RECLAMO

Bronca vecinal: un barrio de San Miguel lleva una semana sin agua y el municipio les pidió que hagan una "vaquita"

Aunque pagan las tasas municipales, aseguran que desde la comuna les dijeron que junten la plata entre ellos para comprar uno nuevo.

Un barrio de la localidad bonaerense de San Miguel lleva una semana sin agua potable después de que se rompiera el tanque comunitario que abastece a decenas de familias. Lejos de recibir asistencia, los vecinos denuncian que desde el municipio les sugirieron una salida tan insólita como indignante: que armen una "vaquita" entre ellos para costear la compra e instalación de un tanque nuevo.

El pedido choca de frente con la propia normativa oficial. Según figura en la página de la Municipalidad de San Miguel, la Secretaría de Obras y Servicios Concesionados tiene entre sus funciones operar y mantener los tanques comunitarios para garantizar el acceso al agua potable en zonas vulnerables. "Es contradictorio que ahora le pidan a la gente que se haga cargo", remarcaron desde el piso de Crónica TV, donde se difundió el reclamo.

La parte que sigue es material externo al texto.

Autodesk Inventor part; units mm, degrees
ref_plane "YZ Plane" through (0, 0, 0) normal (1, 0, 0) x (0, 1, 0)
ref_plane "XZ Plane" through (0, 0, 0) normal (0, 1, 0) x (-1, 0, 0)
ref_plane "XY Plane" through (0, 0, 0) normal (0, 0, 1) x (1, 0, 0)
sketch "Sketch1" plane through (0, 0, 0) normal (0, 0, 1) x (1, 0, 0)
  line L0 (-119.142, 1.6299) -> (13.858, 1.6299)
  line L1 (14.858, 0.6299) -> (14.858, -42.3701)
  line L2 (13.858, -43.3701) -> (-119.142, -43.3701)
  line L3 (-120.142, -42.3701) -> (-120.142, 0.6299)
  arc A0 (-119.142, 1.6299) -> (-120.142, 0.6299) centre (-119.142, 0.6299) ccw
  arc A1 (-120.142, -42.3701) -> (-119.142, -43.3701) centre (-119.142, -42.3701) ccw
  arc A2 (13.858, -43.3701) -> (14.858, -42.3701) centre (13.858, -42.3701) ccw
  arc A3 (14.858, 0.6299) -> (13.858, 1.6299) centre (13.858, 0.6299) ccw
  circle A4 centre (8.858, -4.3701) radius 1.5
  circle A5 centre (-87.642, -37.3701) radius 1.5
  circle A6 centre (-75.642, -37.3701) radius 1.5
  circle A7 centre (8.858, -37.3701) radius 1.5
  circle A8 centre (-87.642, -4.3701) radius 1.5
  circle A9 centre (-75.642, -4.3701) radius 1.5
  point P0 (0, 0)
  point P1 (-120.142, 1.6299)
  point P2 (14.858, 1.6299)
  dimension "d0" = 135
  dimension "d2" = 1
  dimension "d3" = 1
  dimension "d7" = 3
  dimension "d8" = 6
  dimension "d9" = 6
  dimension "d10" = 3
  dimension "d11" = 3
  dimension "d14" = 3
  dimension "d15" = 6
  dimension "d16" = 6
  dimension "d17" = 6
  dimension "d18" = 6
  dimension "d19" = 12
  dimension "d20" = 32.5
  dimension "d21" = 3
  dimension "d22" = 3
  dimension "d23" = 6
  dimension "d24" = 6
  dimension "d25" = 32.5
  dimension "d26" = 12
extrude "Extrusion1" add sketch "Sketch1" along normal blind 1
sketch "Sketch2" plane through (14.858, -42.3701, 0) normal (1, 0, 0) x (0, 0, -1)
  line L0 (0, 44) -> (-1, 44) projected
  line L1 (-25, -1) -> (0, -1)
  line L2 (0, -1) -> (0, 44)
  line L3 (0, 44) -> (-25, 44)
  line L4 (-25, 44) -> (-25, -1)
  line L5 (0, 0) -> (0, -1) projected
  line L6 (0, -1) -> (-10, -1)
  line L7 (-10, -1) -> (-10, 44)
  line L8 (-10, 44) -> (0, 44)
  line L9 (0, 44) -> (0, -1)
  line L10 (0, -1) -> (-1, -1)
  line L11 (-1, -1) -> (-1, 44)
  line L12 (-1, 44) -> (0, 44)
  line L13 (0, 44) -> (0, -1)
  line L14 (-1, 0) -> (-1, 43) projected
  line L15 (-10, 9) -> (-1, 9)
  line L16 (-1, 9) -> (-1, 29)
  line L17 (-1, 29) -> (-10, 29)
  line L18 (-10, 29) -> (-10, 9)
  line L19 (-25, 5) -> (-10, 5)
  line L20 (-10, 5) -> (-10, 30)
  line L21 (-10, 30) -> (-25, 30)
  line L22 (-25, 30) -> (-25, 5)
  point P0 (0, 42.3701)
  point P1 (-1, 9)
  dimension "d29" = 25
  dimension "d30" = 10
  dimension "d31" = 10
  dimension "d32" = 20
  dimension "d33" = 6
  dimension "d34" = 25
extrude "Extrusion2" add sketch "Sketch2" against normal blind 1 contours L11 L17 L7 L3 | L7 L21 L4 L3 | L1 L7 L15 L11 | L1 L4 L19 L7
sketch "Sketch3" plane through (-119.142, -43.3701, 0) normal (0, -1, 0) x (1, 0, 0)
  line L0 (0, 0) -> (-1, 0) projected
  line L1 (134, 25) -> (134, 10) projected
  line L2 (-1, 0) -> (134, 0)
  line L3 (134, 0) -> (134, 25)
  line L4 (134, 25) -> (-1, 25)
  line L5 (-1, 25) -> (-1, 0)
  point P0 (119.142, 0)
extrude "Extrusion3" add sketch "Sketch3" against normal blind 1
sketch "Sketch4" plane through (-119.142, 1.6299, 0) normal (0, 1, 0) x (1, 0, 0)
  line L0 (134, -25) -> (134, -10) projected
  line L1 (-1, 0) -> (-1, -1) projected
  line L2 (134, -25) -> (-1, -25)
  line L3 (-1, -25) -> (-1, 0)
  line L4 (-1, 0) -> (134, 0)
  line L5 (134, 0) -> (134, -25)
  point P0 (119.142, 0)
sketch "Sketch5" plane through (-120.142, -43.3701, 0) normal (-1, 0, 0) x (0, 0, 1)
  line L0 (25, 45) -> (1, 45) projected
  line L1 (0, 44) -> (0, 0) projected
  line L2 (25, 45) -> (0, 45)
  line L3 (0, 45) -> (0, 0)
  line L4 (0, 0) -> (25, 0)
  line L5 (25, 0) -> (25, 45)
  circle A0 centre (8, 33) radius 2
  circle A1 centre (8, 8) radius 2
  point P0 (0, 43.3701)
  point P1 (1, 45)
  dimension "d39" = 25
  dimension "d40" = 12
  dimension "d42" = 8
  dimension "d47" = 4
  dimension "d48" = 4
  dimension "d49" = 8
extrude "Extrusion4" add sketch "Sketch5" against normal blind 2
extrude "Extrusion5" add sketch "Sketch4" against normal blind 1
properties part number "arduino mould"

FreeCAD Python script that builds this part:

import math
import FreeCAD as App
import Part
import Sketcher

V = App.Vector
Q = App.Units.Quantity


def add_polygon(sketch, points):
    """Adds a closed chain of lines whose ends are joined by coincident constraints."""
    first, n = sketch.GeometryCount, len(points)
    for a, b in zip(points, points[1:] + points[:1]):
        sketch.addGeometry(Part.LineSegment(App.Vector(*a, 0), App.Vector(*b, 0)), False)
    for i in range(n):
        sketch.addConstraint(Sketcher.Constraint("Coincident", first + i, 2, first + (i + 1) % n, 1))

doc = App.newDocument("Part")
body = doc.addObject("PartDesign::Body", "Body")

# Sketch on XY plane
sketch1 = body.newObject("Sketcher::SketchObject", "Sketch")
sketch1.AttachmentSupport = (doc.getObject("XY_Plane"), [""])
sketch1.MapMode = "FlatFace"
sketch1.addGeometry([
    Part.LineSegment(V(13.9, 1.6, 0), V(-119.1, 1.6, 0)),  # 0
    Part.ArcOfCircle(Part.Circle(V(-119.1, 0.6, 0), V(0, 0, 1), 1), math.radians(90), math.radians(180)),  # 1
    Part.LineSegment(V(-120.1, 0.6, 0), V(-120.1, -42.4, 0)),  # 2
    Part.ArcOfCircle(Part.Circle(V(-119.1, -42.4, 0), V(0, 0, 1), 1), math.radians(180), math.radians(270)),  # 3
    Part.LineSegment(V(-119.1, -43.4, 0), V(13.9, -43.4, 0)),  # 4
    Part.ArcOfCircle(Part.Circle(V(13.9, -42.4, 0), V(0, 0, 1), 1), math.radians(-90), math.radians(0)),  # 5
    Part.LineSegment(V(14.9, -42.4, 0), V(14.9, 0.6, 0)),  # 6
    Part.ArcOfCircle(Part.Circle(V(13.9, 0.6, 0), V(0, 0, 1), 1), math.radians(0), math.radians(90)),  # 7
    Part.Circle(V(-87.6, -37.4, 0), V(0, 0, 1), 1.5),  # 8
    Part.Circle(V(-75.6, -37.4, 0), V(0, 0, 1), 1.5),  # 9
    Part.Circle(V(8.9, -37.4, 0), V(0, 0, 1), 1.5),  # 10
    Part.Circle(V(-87.6, -4.4, 0), V(0, 0, 1), 1.5),  # 11
    Part.Circle(V(-75.6, -4.4, 0), V(0, 0, 1), 1.5),  # 12
    Part.Circle(V(8.9, -4.4, 0), V(0, 0, 1), 1.5),  # 13
], False)
sketch1.addConstraint([
    Sketcher.Constraint("Tangent", 0, 2, 1, 1),
    Sketcher.Constraint("Tangent", 1, 2, 2, 1),
    Sketcher.Constraint("Tangent", 2, 2, 3, 1),
    Sketcher.Constraint("Tangent", 3, 2, 4, 1),
    Sketcher.Constraint("Tangent", 4, 2, 5, 1),
    Sketcher.Constraint("Tangent", 5, 2, 6, 1),
    Sketcher.Constraint("Tangent", 6, 2, 7, 1),
    Sketcher.Constraint("Tangent", 7, 2, 0, 1),
    Sketcher.Constraint("Horizontal", 0),
    Sketcher.Constraint("Vertical", 2),
    Sketcher.Constraint("Horizontal", 4),
    Sketcher.Constraint("Vertical", 6),
    Sketcher.Constraint("Equal", 1, 3),
    Sketcher.Constraint("Equal", 3, 5),
    Sketcher.Constraint("Equal", 5, 7),
    Sketcher.Constraint("Equal", 8, 9),
    Sketcher.Constraint("Equal", 9, 10),
    Sketcher.Constraint("Equal", 10, 11),
    Sketcher.Constraint("Equal", 11, 12),
    Sketcher.Constraint("Equal", 12, 13),
    Sketcher.Constraint("Horizontal", 8, 3, 9, 3),
    Sketcher.Constraint("Horizontal", 9, 3, 10, 3),
    Sketcher.Constraint("Horizontal", 11, 3, 12, 3),
    Sketcher.Constraint("Horizontal", 12, 3, 13, 3),
    Sketcher.Constraint("Vertical", 8, 3, 11, 3),
    Sketcher.Constraint("Vertical", 9, 3, 12, 3),
    Sketcher.Constraint("Vertical", 10, 3, 13, 3),
    Sketcher.Constraint("Diameter", 8, Q("3 mm")),
    Sketcher.Constraint("Radius", 1, Q("1 mm")),
    Sketcher.Constraint("DistanceX", 8, 3, 9, 3, Q("12 mm")),
    Sketcher.Constraint("DistanceY", 11, 3, 0, 2, Q("6 mm")),
    Sketcher.Constraint("DistanceY", 3, 2, 8, 3, Q("6 mm")),
    Sketcher.Constraint("DistanceX", 10, 3, 5, 2, Q("6 mm")),
    Sketcher.Constraint("DistanceX", 1, 2, 11, 3, Q("32.5 mm")),
    Sketcher.Constraint("DistanceX", 0, 2, 0, 1, Q("133 mm")),
    Sketcher.Constraint("DistanceY", 2, 2, 2, 1, Q("43 mm")),
    Sketcher.Constraint("DistanceY", -1, 1, 1, 3, Q("0.63 mm")),
    Sketcher.Constraint("DistanceX", 1, 3, -1, 1, Q("119.142 mm")),
])
pad1 = body.newObject("PartDesign::Pad", "Pad")
pad1.Profile = sketch1
pad1.Length = 1

# Sketch on YZ plane
sketch2 = body.newObject("Sketcher::SketchObject", "Sketch001")
sketch2.AttachmentSupport = (doc.getObject("YZ_Plane"), [""])
sketch2.MapMode = "FlatFace"
sketch2.AttachmentOffset = App.Placement(V(0, 0, 14.858), App.Rotation())
add_polygon(sketch2, [(1.6, 1), (1.6, 25), (-12.4, 25), (-12.4, 10), (-13.4, 10), (-13.4, 1)])  # lines 0-5
add_polygon(sketch2, [(-43.4, 1), (-33.4, 1), (-33.4, 10), (-37.4, 10), (-37.4, 25), (-43.4, 25)])  # lines 6-11
sketch2.addConstraint([
    Sketcher.Constraint("Vertical", 0),
    Sketcher.Constraint("Horizontal", 1),
    Sketcher.Constraint("Vertical", 2),
    Sketcher.Constraint("Horizontal", 3),
    Sketcher.Constraint("Vertical", 4),
    Sketcher.Constraint("Horizontal", 5),
    Sketcher.Constraint("Horizontal", 6),
    Sketcher.Constraint("Vertical", 7),
    Sketcher.Constraint("Horizontal", 8),
    Sketcher.Constraint("Vertical", 9),
    Sketcher.Constraint("Horizontal", 10),
    Sketcher.Constraint("Vertical", 11),
    Sketcher.Constraint("Horizontal", 5, 2, 6, 2),
    Sketcher.Constraint("Horizontal", 3, 2, 7, 2),
    Sketcher.Constraint("Horizontal", 1, 2, 9, 2),
    Sketcher.Constraint("Equal", 5, 2),
    Sketcher.Constraint("DistanceX", 6, 1, 6, 2, Q("10 mm")),
    Sketcher.Constraint("DistanceX", 10, 2, 10, 1, Q("6 mm")),
    Sketcher.Constraint("DistanceY", -1, 1, 0, 2, Q("25 mm")),
    Sketcher.Constraint("DistanceY", -1, 1, 2, 2, Q("10 mm")),
    Sketcher.Constraint("DistanceX", 6, 2, 4, 2, Q("20 mm")),
    Sketcher.Constraint("DistanceX", 8, 2, 2, 2, Q("25 mm")),
    Sketcher.Constraint("DistanceY", 0, 1, 0, 2, Q("24 mm")),
    Sketcher.Constraint("DistanceX", -1, 1, 0, 2, Q("1.63 mm")),
])
pad2 = body.newObject("PartDesign::Pad", "Pad001")
pad2.Profile = sketch2
pad2.Length = 1
pad2.Reversed = True

# Sketch on XZ plane
sketch3 = body.newObject("Sketcher::SketchObject", "Sketch002")
sketch3.AttachmentSupport = (doc.getObject("XZ_Plane"), [""])
sketch3.MapMode = "FlatFace"
sketch3.AttachmentOffset = App.Placement(V(0, 0, 43.3701), App.Rotation())
add_polygon(sketch3, [(-120, 0), (15, 0), (15, 25), (-120, 25)])  # lines 0-3
sketch3.addConstraint([
    Sketcher.Constraint("Horizontal", 0),
    Sketcher.Constraint("Vertical", 1),
    Sketcher.Constraint("Horizontal", 2),
    Sketcher.Constraint("Vertical", 3),
    Sketcher.Constraint("PointOnObject", 0, 2, -1),
    Sketcher.Constraint("DistanceX", 0, 1, 0, 2, Q("135 mm")),
    Sketcher.Constraint("DistanceY", 1, 1, 1, 2, Q("25 mm")),
    Sketcher.Constraint("DistanceX", -1, 1, 0, 2, Q("14.858 mm")),
])
pad3 = body.newObject("PartDesign::Pad", "Pad002")
pad3.Profile = sketch3
pad3.Length = 1
pad3.Reversed = True

# Sketch on YZ plane
sketch4 = body.newObject("Sketcher::SketchObject", "Sketch003")
sketch4.AttachmentSupport = (doc.getObject("YZ_Plane"), [""])
sketch4.MapMode = "FlatFace"
sketch4.AttachmentOffset = App.Placement(V(0, 0, -120.142), App.Rotation())
add_polygon(sketch4, [(-43.4, 25), (1.6, 25), (1.6, 0), (-43.4, 0)])  # lines 0-3
sketch4.addGeometry(Part.Circle(V(-35.4, 8, 0), V(0, 0, 1), 2), False)  # 4
sketch4.addGeometry(Part.Circle(V(-10.4, 8, 0), V(0, 0, 1), 2), False)  # 5
sketch4.addConstraint([
    Sketcher.Constraint("Horizontal", 0),
    Sketcher.Constraint("Vertical", 1),
    Sketcher.Constraint("Horizontal", 2),
    Sketcher.Constraint("Vertical", 3),
    Sketcher.Constraint("Equal", 4, 5),
    Sketcher.Constraint("PointOnObject", 1, 2, -1),
    Sketcher.Constraint("Horizontal", 4, 3, 5, 3),
    Sketcher.Constraint("Diameter", 4, Q("4 mm")),
    Sketcher.Constraint("DistanceY", 1, 2, 1, 1, Q("25 mm")),
    Sketcher.Constraint("DistanceY", -1, 1, 4, 3, Q("8 mm")),
    Sketcher.Constraint("DistanceX", 4, 3, 5, 3, Q("25 mm")),
    Sketcher.Constraint("DistanceX", 5, 3, 0, 2, Q("12 mm")),
    Sketcher.Constraint("DistanceX", 2, 2, 4, 3, Q("8 mm")),
    Sketcher.Constraint("DistanceX", 4, 3, -1, 1, Q("35.37 mm")),
])
pad4 = body.newObject("PartDesign::Pad", "Pad003")
pad4.Profile = sketch4
pad4.Length = 2

# Sketch on XZ plane
sketch5 = body.newObject("Sketcher::SketchObject", "Sketch004")
sketch5.AttachmentSupport = (doc.getObject("XZ_Plane"), [""])
sketch5.MapMode = "FlatFace"
sketch5.AttachmentOffset = App.Placement(V(0, 0, -1.6299), App.Rotation())
add_polygon(sketch5, [(-120, 25), (15, 25), (15, 0), (-120, 0)])  # lines 0-3
sketch5.addConstraint([
    Sketcher.Constraint("Horizontal", 0),
    Sketcher.Constraint("Vertical", 1),
    Sketcher.Constraint("Horizontal", 2),
    Sketcher.Constraint("Vertical", 3),
    Sketcher.Constraint("PointOnObject", 1, 2, -1),
    Sketcher.Constraint("DistanceX", 0, 1, 0, 2, Q("135 mm")),
    Sketcher.Constraint("DistanceY", 1, 2, 1, 1, Q("25 mm")),
    Sketcher.Constraint("DistanceX", -1, 1, 0, 2, Q("14.858 mm")),
])
pad5 = body.newObject("PartDesign::Pad", "Pad004")
pad5.Profile = sketch5
pad5.Length = 1

doc.recompute()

No es la primera vez que los frentistas ponen plata de su bolsillo. El tanque data de 1983 y, ante la inacción estatal, los propios vecinos ya lo reemplazaron en dos oportunidades y hasta costearon la elevación de la base. "Este tanque está desde el año 83. Ya lo cambiamos y la base la hicimos más alta juntando plata entre todos", contó Diego, uno de los damnificados.

A la falta de suministro se suma el peligro en la vía pública. El colapso de la estructura generó fuertes pérdidas de agua que inundaron las calles -bautizadas con ironía como "las cataratas de San Miguel"- y representan un riesgo directo para chicos y adultos mayores, agravado por la cercanía del cableado eléctrico.

El problema de fondo es que el barrio no tiene tendido formal de agua corriente. Quienes no cuentan con una perforación particular dependen al 100% de este tanque para beber, cocinar y lavarse, y hoy se abastecen como pueden, con baldes y botellas, gracias a la solidaridad entre vecinos. "Mucha gente que no tiene perforación propia está sufriendo porque no tiene agua para bañarse, y depende de que un vecino le alcance un balde", describió Diego.

La bronca crece porque, aunque nunca les tendieron la red, cumplen con sus obligaciones. Los vecinos confirmaron que pagan en tiempo y forma el ABL, el alumbrado, el barrido y la tasa municipal, además del servicio eléctrico. "No pagan la tarifa de agua porque nunca les hicieron la red ni la conexión formal", aclararon desde el piso. El reclamo, por ahora, sigue sin respuesta: "Necesitamos que arreglen o cambien el tanque porque la base está podrida", cerró Diego.